To evaluate the role of TCR-mediated signaling through the calcineurin pathway for CD8 tolerance, B6 mice were conditioned with 3 Gy TBI/anti-CD154 and received an MHC-mismatched B10.A BMT with or without a 2-week course of daily CsA (Figure 1A). The initial rate of chimerism was similar in both groups. However, CsA-treated mice began to lose chimerism 4 weeks after CsA treatment was stopped. Chimerism was lost first in the granulocyte, then in the B-cell, and finally in the T-cell lineages. That this result was attributable to a failure of CD8 tolerance was proven by addition of CD8 depletion to the conditioning regimen (Figure 1B). No difference in the incidence or levels of chimerism was observed in CD8-depleted groups, regardless of CsA treatment. In mice not receiving CD8 depletion, chimerism loss was associated with recovery of donor-specific cytotoxic T-cell responses (Figure 1C) and gradual rejection of donor-type skin grafts placed on day 1 after BMT (Figure 1D). In all groups, third-party skin grafts were rejected with similar kinetics.

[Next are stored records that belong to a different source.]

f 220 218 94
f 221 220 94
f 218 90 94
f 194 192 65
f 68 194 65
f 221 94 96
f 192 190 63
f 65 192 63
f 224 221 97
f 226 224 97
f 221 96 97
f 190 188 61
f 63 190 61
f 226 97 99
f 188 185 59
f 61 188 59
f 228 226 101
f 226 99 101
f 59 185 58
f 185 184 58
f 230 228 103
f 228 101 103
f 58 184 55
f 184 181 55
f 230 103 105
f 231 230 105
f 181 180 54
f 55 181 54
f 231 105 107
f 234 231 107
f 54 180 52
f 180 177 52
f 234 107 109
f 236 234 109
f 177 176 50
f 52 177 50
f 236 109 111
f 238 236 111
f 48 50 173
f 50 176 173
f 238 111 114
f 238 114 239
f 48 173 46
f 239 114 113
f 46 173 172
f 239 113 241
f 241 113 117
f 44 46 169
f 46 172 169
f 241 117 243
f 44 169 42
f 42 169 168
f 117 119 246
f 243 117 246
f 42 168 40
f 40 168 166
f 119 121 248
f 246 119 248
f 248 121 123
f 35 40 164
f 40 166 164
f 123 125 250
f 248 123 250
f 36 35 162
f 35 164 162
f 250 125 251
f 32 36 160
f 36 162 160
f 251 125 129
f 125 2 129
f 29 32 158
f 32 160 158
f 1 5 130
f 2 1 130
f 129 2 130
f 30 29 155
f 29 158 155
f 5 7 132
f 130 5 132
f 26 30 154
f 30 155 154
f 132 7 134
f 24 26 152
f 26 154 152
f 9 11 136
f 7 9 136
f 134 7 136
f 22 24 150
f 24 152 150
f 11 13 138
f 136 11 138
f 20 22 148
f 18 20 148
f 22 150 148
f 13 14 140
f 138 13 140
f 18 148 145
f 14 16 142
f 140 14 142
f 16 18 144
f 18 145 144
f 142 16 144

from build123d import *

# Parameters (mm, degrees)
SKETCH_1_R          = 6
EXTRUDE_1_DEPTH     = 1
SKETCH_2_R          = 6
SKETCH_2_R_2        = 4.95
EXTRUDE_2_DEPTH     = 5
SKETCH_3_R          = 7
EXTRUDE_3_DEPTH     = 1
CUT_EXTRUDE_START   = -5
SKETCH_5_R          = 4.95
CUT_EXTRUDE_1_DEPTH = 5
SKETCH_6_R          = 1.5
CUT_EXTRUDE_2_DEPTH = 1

We have previously demonstrated that tolerance induction of peripheral CD8 cells with anti-CD154 and allogeneic BMT is associated with deletion of donor-reactive peripheral CD8 T cells over a period of approximately 10 days.¹²  To investigate whether CsA treatment interfered with deletion of peripheral donor-reactive CD8 cells, we used the 2C TCR transgenic model in which CD8 T cells express a directly alloreactive TCR recognizing L^d. In a first step, we generated 2C/B6 syn-chimeric mice (described in Haspot et al¹³ ) expressing the 2C TCR on a subpopulation of CD8 T cells. These mice then received 3 Gy TBI/anti-CD154 followed by allogeneic BMT from a donor strain expressing the L^d ligand (B10.A), with or without CsA treatment for 28 days. Again, a similar incidence and level of early chimerism were observed in the untreated and CsA-treated groups (Figure 1E). During that initial period, donor-specific TCR transgenic CD8 T-cell deletion also was similar between the 2 groups (Figure 1F). However, after 4 weeks after BMT, the CsA-treated animals again began to slowly lose chimerism. This decrease in chimerism was associated with a gradual increase in the percentage of 2C⁺ CD8 cells in peripheral blood (Figure 1F). Comparison of Figure 1E and F shows that 2C CD8-cell recovery coincided with chimerism loss in CsA-treated mice.

Taken together, these experiments demonstrated that CsA treatment in recipients of allogeneic BMT with anti-CD154 is detrimental for CD8 but not CD4 tolerance. CsA treatment is associated with incomplete deletion and gradual expansion of donor-reactive CD8 cells, which eventually reject the donor BM graft.

To confirm that the observed effects in CsA-treated mice resulted from specific blockade of the TCR/calcineurin/NFAT pathway rather than from a nonspecific or toxic effect of CsA, we performed similar experiments using NFAT1^−/− mice instead of CsA treatment. NFAT1^−/− (on mixed B6/129 background) and WT (B6/129 F2) mice received 3 Gy TBI/anti-CD154 treatment followed by fully MHC-mismatched B10.A BMT. NFAT1^−/− and WT mice showed a similar incidence and similar levels of chimerism early after BMT (Figure 2A-B). However, by 6 weeks after BMT, chimerism in NFAT1^−/− mice had declined markedly and was subsequently lost in all lineages by 27 weeks after BMT. To determine whether this rejection was CD8 T-cell mediated, separate groups of WT and NFAT1^−/− mice received CD8 depleting mAb. No differences were observed between the 2 CD8-depleted groups in the incidence of chimerism (Figure 2C-D). These results indicated that the tolerance of CD8 but not CD4 cells was NFAT1 dependent.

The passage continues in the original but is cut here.